You need to leave him before you end up pregnant. The last thing you want is to have him teaching your children to think like he does.


----------



## askl (Jan 3, 2013)

norajane said:


> You need to leave him before you end up pregnant. The last thing you want is to have him teaching your children to think like he does.


He doesnt want kids at the moment so thats a relief....


----------



## IsGirl3 (Nov 13, 2012)

Hello Askl, *RUN FOR YOUR LIFE! * I'm glad it sounds like you're coming around and will leave this jerk. I don't think ever in my life have I heard such an asinine, selfish, arrogant, pompous, chauvenistic attitude as your husbands. Your desire for satisfaction is making "a mountain out of molehill," but watch out if he's not satisfied - then he'll leave you. His satisfaction is in your dis-satisfaction?? That might be the stupidest thing I ever heard. I think that's a first for this planet.

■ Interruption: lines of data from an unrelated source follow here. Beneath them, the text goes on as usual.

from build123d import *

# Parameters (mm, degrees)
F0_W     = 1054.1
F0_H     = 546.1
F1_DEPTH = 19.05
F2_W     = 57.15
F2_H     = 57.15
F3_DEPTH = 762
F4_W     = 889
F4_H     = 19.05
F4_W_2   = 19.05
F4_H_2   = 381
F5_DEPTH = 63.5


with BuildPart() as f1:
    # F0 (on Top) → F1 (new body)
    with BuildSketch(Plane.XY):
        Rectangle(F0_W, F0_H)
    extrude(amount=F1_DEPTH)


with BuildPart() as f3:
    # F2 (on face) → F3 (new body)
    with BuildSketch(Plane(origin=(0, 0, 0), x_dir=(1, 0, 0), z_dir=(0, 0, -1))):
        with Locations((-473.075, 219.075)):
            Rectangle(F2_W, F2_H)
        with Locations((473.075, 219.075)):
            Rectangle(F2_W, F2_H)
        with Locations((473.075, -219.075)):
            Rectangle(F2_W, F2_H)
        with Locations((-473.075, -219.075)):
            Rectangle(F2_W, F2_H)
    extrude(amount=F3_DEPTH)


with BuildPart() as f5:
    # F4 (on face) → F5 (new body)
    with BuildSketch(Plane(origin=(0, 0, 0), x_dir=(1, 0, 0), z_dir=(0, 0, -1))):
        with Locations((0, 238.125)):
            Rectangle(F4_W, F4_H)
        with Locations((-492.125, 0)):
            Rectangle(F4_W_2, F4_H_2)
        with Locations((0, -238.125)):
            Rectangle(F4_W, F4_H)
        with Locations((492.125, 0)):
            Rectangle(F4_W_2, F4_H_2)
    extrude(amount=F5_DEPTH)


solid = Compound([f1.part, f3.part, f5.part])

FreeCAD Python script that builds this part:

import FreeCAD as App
import Part
import Sketcher
Q = App.Units.Quantity


def add_polygon(sketch, points):
    """Adds a closed chain of lines whose ends are joined by coincident constraints."""
    first, n = sketch.GeometryCount, len(points)
    for a, b in zip(points, points[1:] + points[:1]):
        sketch.addGeometry(Part.LineSegment(App.Vector(*a, 0), App.Vector(*b, 0)), False)
    for i in range(n):
        sketch.addConstraint(Sketcher.Constraint("Coincident", first + i, 2, first + (i + 1) % n, 1))

doc = App.newDocument("Part")
body = doc.addObject("PartDesign::Body", "Body")

# Sketch on XY plane
sketch1 = body.newObject("Sketcher::SketchObject", "Sketch")
sketch1.AttachmentSupport = (doc.getObject("XY_Plane"), [""])
sketch1.MapMode = "FlatFace"
add_polygon(sketch1, [(-527, 273), (-527, -273), (527, -273), (527, 273)])  # lines 0-3
sketch1.addConstraint(Sketcher.Constraint("Vertical", 0))
sketch1.addConstraint(Sketcher.Constraint("Horizontal", 1))
sketch1.addConstraint(Sketcher.Constraint("Vertical", 2))
sketch1.addConstraint(Sketcher.Constraint("Horizontal", 3))
sketch1.addConstraint(Sketcher.Constraint("Symmetric", 0, 2, 2, 2, -1, 1))
sketch1.addConstraint(Sketcher.Constraint("DistanceX", 1, 1, 1, 2, Q("41.5 in")))
sketch1.addConstraint(Sketcher.Constraint("DistanceY", 0, 2, 0, 1, Q("21.5 in")))
pad1 = body.newObject("PartDesign::Pad", "Pad")
pad1.Profile = sketch1
pad1.Length = Q("0.75 in")
body2 = doc.addObject("PartDesign::Body", "Body001")
body2.AllowCompound = True

# Sketch on XY plane
sketch2 = body2.newObject("Sketcher::SketchObject", "Sketch001")
sketch2.AttachmentSupport = (doc.getObject("XY_Plane001"), [""])
sketch2.MapMode = "FlatFace"
add_polygon(sketch2, [(-502, -248), (-502, -190), (-444, -190), (-444, -248)])  # lines 0-3
add_polygon(sketch2, [(444, -248), (444, -190), (502, -190), (502, -248)])  # lines 4-7
add_polygon(sketch2, [(444, 190), (444, 248), (502, 248), (502, 190)])  # lines 8-11
add_polygon(sketch2, [(-502, 190), (-502, 248), (-444, 248), (-444, 190)])  # lines 12-15
sketch2.addConstraint(Sketcher.Constraint("Vertical", 0))
sketch2.addConstraint(Sketcher.Constraint("Horizontal", 1))
sketch2.addConstraint(Sketcher.Constraint("Vertical", 2))
sketch2.addConstraint(Sketcher.Constraint("Horizontal", 3))
sketch2.addConstraint(Sketcher.Constraint("Vertical", 4))
sketch2.addConstraint(Sketcher.Constraint("Horizontal", 5))
sketch2.addConstraint(Sketcher.Constraint("Vertical", 6))
sketch2.addConstraint(Sketcher.Constraint("Horizontal", 7))
sketch2.addConstraint(Sketcher.Constraint("Vertical", 8))
sketch2.addConstraint(Sketcher.Constraint("Horizontal", 9))
sketch2.addConstraint(Sketcher.Constraint("Vertical", 10))
sketch2.addConstraint(Sketcher.Constraint("Horizontal", 11))
sketch2.addConstraint(Sketcher.Constraint("Vertical", 12))
sketch2.addConstraint(Sketcher.Constraint("Horizontal", 13))
sketch2.addConstraint(Sketcher.Constraint("Vertical", 14))
sketch2.addConstraint(Sketcher.Constraint("Horizontal", 15))
sketch2.addConstraint(Sketcher.Constraint("Symmetric", 2, 2, 8, 2, -1, 1))
sketch2.addConstraint(Sketcher.Constraint("Symmetric", 0, 2, 10, 2, -1, 1))
sketch2.addConstraint(Sketcher.Constraint("Symmetric", 6, 2, 12, 2, -1, 1))
sketch2.addConstraint(Sketcher.Constraint("Symmetric", 4, 2, 14, 2, -1, 1))
sketch2.addConstraint(Sketcher.Constraint("Symmetric", 1, 2, 4, 2, -2))
sketch2.addConstraint(Sketcher.Constraint("Symmetric", 3, 2, 6, 2, -2))
sketch2.addConstraint(Sketcher.Constraint("Equal", 15, 0))
sketch2.addConstraint(Sketcher.Constraint("DistanceX", 1, 2, 4, 2, Q("35 in")))
sketch2.addConstraint(Sketcher.Constraint("DistanceY", 5, 2, 10, 2, Q("15 in")))
sketch2.addConstraint(Sketcher.Constraint("DistanceX", 1, 1, 1, 2, Q("2.25 in")))
pad2 = body2.newObject("PartDesign::Pad", "Pad001")
pad2.Profile = sketch2
pad2.Length = Q("30 in")
pad2.Reversed = True
body3 = doc.addObject("PartDesign::Body", "Body002")
body3.AllowCompound = True

# Sketch on XY plane
sketch3 = body3.newObject("Sketcher::SketchObject", "Sketch002")
sketch3.AttachmentSupport = (doc.getObject("XY_Plane002"), [""])
sketch3.MapMode = "FlatFace"
add_polygon(sketch3, [(-444, -248), (-444, -229), (444, -229), (444, -248)])  # lines 0-3
add_polygon(sketch3, [(-502, -190), (-502, 190), (-483, 190), (-483, -190)])  # lines 4-7
add_polygon(sketch3, [(-444, 229), (-444, 248), (444, 248), (444, 229)])  # lines 8-11
add_polygon(sketch3, [(483, -190), (483, 190), (502, 190), (502, -190)])  # lines 12-15
sketch3.addConstraint(Sketcher.Constraint("Vertical", 0))
sketch3.addConstraint(Sketcher.Constraint("Horizontal", 1))
sketch3.addConstraint(Sketcher.Constraint("Vertical", 2))
sketch3.addConstraint(Sketcher.Constraint("Horizontal", 3))
sketch3.addConstraint(Sketcher.Constraint("Vertical", 4))
sketch3.addConstraint(Sketcher.Constraint("Horizontal", 5))
sketch3.addConstraint(Sketcher.Constraint("Vertical", 6))
sketch3.addConstraint(Sketcher.Constraint("Horizontal", 7))
sketch3.addConstraint(Sketcher.Constraint("Vertical", 8))
sketch3.addConstraint(Sketcher.Constraint("Horizontal", 9))
sketch3.addConstraint(Sketcher.Constraint("Vertical", 10))
sketch3.addConstraint(Sketcher.Constraint("Horizontal", 11))
sketch3.addConstraint(Sketcher.Constraint("Vertical", 12))
sketch3.addConstraint(Sketcher.Constraint("Horizontal", 13))
sketch3.addConstraint(Sketcher.Constraint("Vertical", 14))
sketch3.addConstraint(Sketcher.Constraint("Horizontal", 15))
sketch3.addConstraint(Sketcher.Constraint("Symmetric", 2, 2, 8, 2, -1, 1))
sketch3.addConstraint(Sketcher.Constraint("Symmetric", 0, 2, 10, 2, -1, 1))
sketch3.addConstraint(Sketcher.Constraint("Symmetric", 6, 2, 12, 2, -1, 1))
sketch3.addConstraint(Sketcher.Constraint("Symmetric", 4, 2, 14, 2, -1, 1))
sketch3.addConstraint(Sketcher.Constraint("Horizontal", 5, 2, 12, 2))
sketch3.addConstraint(Sketcher.Constraint("Vertical", 3, 2, 8, 2))
sketch3.addConstraint(Sketcher.Constraint("Equal", 15, 0))
sketch3.addConstraint(Sketcher.Constraint("DistanceX", 1, 1, 1, 2, Q("35 in")))
sketch3.addConstraint(Sketcher.Constraint("DistanceY", 4, 1, 4, 2, Q("15 in")))
sketch3.addConstraint(Sketcher.Constraint("DistanceY", 0, 2, -1, 1, Q("9 in")))
sketch3.addConstraint(Sketcher.Constraint("DistanceX", 5, 2, -1, 1, Q("19 in")))
sketch3.addConstraint(Sketcher.Constraint("DistanceX", 5, 1, 5, 2, Q("0.75 in")))
pad3 = body3.newObject("PartDesign::Pad", "Pad002")
pad3.Profile = sketch3
pad3.Length = Q("2.5 in")
pad3.Reversed = True

doc.recompute()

And he's lecturing you about how insignificant a woman's needs are?? Good luck to him finding another sex doormat to stick his d*ck into. 

I wouldn't be divorcing him because he doesn't satisfy me sexually, I'd be divorcing him because he's the most selfish person I know. How dare he say that you're needs don't count. 

I don't know how you lasted for 6 years. Yes - you wasted six years but you are still very young. Lots of people date for 6 years then move on. Consider yourself lucky. There is no doubt at all that your husband does not deserve you. One day, years and decades from now, when you find someone who treats you with respect, kindness, and love, you will thank your lucky stars you left this major loser.


----------



## east2west (Oct 19, 2012)

askl said:


> He doesnt torture me and he is gentle as well....its just that he has never tried to make me enjoy and the things that turn me on, he doesnt like to do them...
> 
> Thinking about the rest of my life with him makes me so frustrated... But is this a good reason to get a divorce?


Yes it is!

You are 26. 

Save your babies for someone that loves you. 

How could anyone be so selfish?

Get the hell out of there.


----------



## diwali123 (Feb 17, 2012)

Yes it is. He sounds like a complete a-hole.
_Posted via Mobile Device_


----------



## PHTlump (Jun 2, 2010)

I certainly don't have an issue with divorce in your case. But, I want to offer an alternative.

Right now, he's actively trying to ruin your experience in the marriage. So you would be perfectly within your rights to return the favor. He refuses to cater to your needs, so refuse to cater to his.

Withhold sex. Stop cooking/cleaning for him. Get dolled up and hit the town without him. It's possible that you can bring him around to the attitude that he needs to meet your needs in order for you to meet his. Ideally, he would meet your needs out of love. But if he needs different motivation, that could work.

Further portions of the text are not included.